Canadian markets exhibited a solid recovery and rallied 20% last year. However, if you feel that it’s too late and missed the bus, that’s not true. Many TSX stocks still have some steam left and could continue to outperform this year as well. Here are three Canadian stocks to buy in 2022.
Air Canada
While many have suggested avoiding travel stocks, I have been positive about Air Canada (TSX:AC), mainly after its recent pullback. Omicron poses a threat in the short term, but it might not halt travel substantially like it did in mid-2020.
AC stock has already suffered enough, and the downside from here looks limited. Solid revenue recovery and less cash burn could be some of the key growth drivers for the stock this year.
In the latest reported quarter, the flag carrier reported 178% topline growth relative to the same quarter in 2020. The steep rise indicates air travel demand recovery amid loosening travel restrictions. Plus, it has one of the strongest balance sheets among global peers, which could fund its growth plans in the post-pandemic period.
Apart from the revenue growth, Air Canada also turned net cash positive in Q3 2021. The trend could continue post Omicron scenario and drive the air carrier towards profitability.
AC stock largely traded within the $20-$30 range last year. It is still trading at the lower end of this range and looks poised to rise towards the higher end in 2022.
Dollarama
The discount retailer Dollarama (TSX:DOL) is my second pick for 2022. It returned 22% last year and 100% in the last five years. The company looks well placed to deliver superior financial growth with an aim to increase the store count in the next few years.

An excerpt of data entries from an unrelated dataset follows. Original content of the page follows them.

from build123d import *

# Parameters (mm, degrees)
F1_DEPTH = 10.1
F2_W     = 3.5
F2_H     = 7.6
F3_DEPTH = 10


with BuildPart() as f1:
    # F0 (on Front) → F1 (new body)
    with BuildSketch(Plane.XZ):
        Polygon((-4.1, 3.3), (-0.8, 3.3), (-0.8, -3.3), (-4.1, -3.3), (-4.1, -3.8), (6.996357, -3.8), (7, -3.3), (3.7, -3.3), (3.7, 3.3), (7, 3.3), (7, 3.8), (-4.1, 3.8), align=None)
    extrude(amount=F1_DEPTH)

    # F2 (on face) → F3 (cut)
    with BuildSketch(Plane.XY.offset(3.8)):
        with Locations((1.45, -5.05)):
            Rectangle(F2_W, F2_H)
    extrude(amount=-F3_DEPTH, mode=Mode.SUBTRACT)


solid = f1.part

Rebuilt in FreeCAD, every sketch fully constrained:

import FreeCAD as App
import Part
import Sketcher

V = App.Vector

doc = App.newDocument("Part")
body = doc.addObject("PartDesign::Body", "Body")

sketch1 = doc.addObject("Sketcher::SketchObject", "Sketch")
body.addObject(sketch1)
sketch1.AttachmentSupport = (doc.XZ_Plane, [""])
sketch1.MapMode = "FlatFace"
sketch1.addGeometry([
    Part.LineSegment(V(-4.1, 3.3, 0), V(-0.8, 3.3, 0)),
    Part.LineSegment(V(-0.8, 3.3, 0), V(-0.8, -3.3, 0)),
    Part.LineSegment(V(-0.8, -3.3, 0), V(-4.1, -3.3, 0)),
    Part.LineSegment(V(-4.1, -3.3, 0), V(-4.1, -3.8, 0)),
    Part.LineSegment(V(-4.1, -3.8, 0), V(7, -3.8, 0)),
    Part.LineSegment(V(7, -3.8, 0), V(7, -3.3, 0)),
    Part.LineSegment(V(7, -3.3, 0), V(3.7, -3.3, 0)),
    Part.LineSegment(V(3.7, -3.3, 0), V(3.7, 3.3, 0)),
    Part.LineSegment(V(3.7, 3.3, 0), V(7, 3.3, 0)),
    Part.LineSegment(V(7, 3.3, 0), V(7, 3.8, 0)),
    Part.LineSegment(V(7, 3.8, 0), V(-4.1, 3.8, 0)),
    Part.LineSegment(V(-4.1, 3.8, 0), V(-4.1, 3.3, 0)),
], False)
sketch1.addConstraint([
    Sketcher.Constraint("Coincident", 0, 2, 1, 1),
    Sketcher.Constraint("Coincident", 1, 2, 2, 1),
    Sketcher.Constraint("Coincident", 2, 2, 3, 1),
    Sketcher.Constraint("Coincident", 3, 2, 4, 1),
    Sketcher.Constraint("Coincident", 4, 2, 5, 1),
    Sketcher.Constraint("Coincident", 5, 2, 6, 1),
    Sketcher.Constraint("Coincident", 6, 2, 7, 1),
    Sketcher.Constraint("Coincident", 7, 2, 8, 1),
    Sketcher.Constraint("Coincident", 8, 2, 9, 1),
    Sketcher.Constraint("Coincident", 9, 2, 10, 1),
    Sketcher.Constraint("Coincident", 10, 2, 11, 1),
    Sketcher.Constraint("Coincident", 11, 2, 0, 1),
    Sketcher.Constraint("Horizontal", 0),
    Sketcher.Constraint("Vertical", 1),
    Sketcher.Constraint("Horizontal", 2),
    Sketcher.Constraint("Vertical", 3),
    Sketcher.Constraint("Horizontal", 4),
    Sketcher.Constraint("Horizontal", 6),
    Sketcher.Constraint("Vertical", 7),
    Sketcher.Constraint("Horizontal", 8),
    Sketcher.Constraint("Vertical", 9),
    Sketcher.Constraint("Horizontal", 10),
    Sketcher.Constraint("Vertical", 11),
    Sketcher.Constraint("Symmetric", 5, 2, 8, 2, -1),
    Sketcher.Constraint("Symmetric", 3, 2, 10, 2, -1),
    Sketcher.Constraint("Horizontal", 2, 2, 5, 2),
    Sketcher.Constraint("Horizontal", 0, 2, 7, 2),
    Sketcher.Constraint("Equal", 2, 6),
    Sketcher.Constraint("DistanceX", 0, 1, 0, 2, 3.3),
    Sketcher.Constraint("DistanceX", 10, 2, 10, 1, 11.1),
    Sketcher.Constraint("DistanceY", 1, 2, 1, 1, 6.6),
    Sketcher.Constraint("DistanceY", 3, 2, 3, 1, 0.5),
    Sketcher.Constraint("DistanceX", -1, 1, 5, 2, 7.0),
    Sketcher.Constraint("DistanceX", 4, 1, 4, 2, 11.096357),
])
pad1 = doc.addObject("PartDesign::Pad", "Pad")
body.addObject(pad1)
pad1.Profile = sketch1
pad1.Length = 10.1

sketch2 = doc.addObject("Sketcher::SketchObject", "Sketch001")
body.addObject(sketch2)
sketch2.AttachmentSupport = (doc.XY_Plane, [""])
sketch2.MapMode = "FlatFace"
sketch2.AttachmentOffset = App.Placement(V(0, 0, 3.8), App.Rotation())
sketch2.addGeometry([
    Part.LineSegment(V(-0.3, -1.2, 0), V(-0.3, -8.8, 0)),
    Part.LineSegment(V(-0.3, -8.8, 0), V(3.2, -8.8, 0)),
    Part.LineSegment(V(3.2, -8.8, 0), V(3.2, -1.2, 0)),
    Part.LineSegment(V(3.2, -1.2, 0), V(-0.3, -1.2, 0)),
], False)
sketch2.addConstraint([
    Sketcher.Constraint("Coincident", 0, 2, 1, 1),
    Sketcher.Constraint("Coincident", 1, 2, 2, 1),
    Sketcher.Constraint("Coincident", 2, 2, 3, 1),
    Sketcher.Constraint("Coincident", 3, 2, 0, 1),
    Sketcher.Constraint("Vertical", 0),
    Sketcher.Constraint("Horizontal", 1),
    Sketcher.Constraint("Vertical", 2),
    Sketcher.Constraint("Horizontal", 3),
    Sketcher.Constraint("DistanceX", 1, 1, 1, 2, 3.5),
    Sketcher.Constraint("DistanceY", 0, 2, 0, 1, 7.6),
    Sketcher.Constraint("DistanceX", 0, 2, -1, 1, 0.3),
    Sketcher.Constraint("DistanceY", 0, 2, -1, 1, 8.85),
])
pocket1 = doc.addObject("PartDesign::Pocket", "Pocket")
body.addObject(pocket1)
pocket1.Profile = sketch2
pocket1.Length = 10

doc.recompute()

It already operates 1,397 stores in Canada, way higher than its peers. The store count is expected to increase to 2,000 in the next decade.
Long-standing relationships with low-cost suppliers offer a unique value proposition to customers, which makes Dollarama stand tall among its peers. Dollarama could see increased footfall amid re-openings and increasing inflation this year.
Canada is still an under-penetrated market in terms of retail stores when compared to the U.S. So, geographical expansion will be key for Dollarama in the long term.
DOL stock is currently trading at its all-time high and looks a tad expensive. Keep it on your watchlist, and consider buying on dips.
Vermilion Energy
Don’t overlook energy in 2022! The sector will likely continue to rise on higher oil and gas prices amid re-openings.
Last year’s energy champion Vermilion Energy (TSX:VET)(NYSE:VET) looks attractive for 2022. It has risen 180% last year and is still trading at a discounted valuation.
Vermilion Energy generates half of its earnings from natural gas, and the other half comes from natural gas liquids and crude oil. It reported a net income of $804 million in the first nine months of 2021. In the same period of 2020, Vermilion posted a net loss of $1.46 billion.
The company could see significant free cash flow growth this year, which will likely resume shareholders’ dividends.
Apart from dividends, excess cash could also be used to improve balance sheet strength. All in all, if oil and gas prices remain higher, Vermilion could keep on rewarding shareholders in 2022 as well.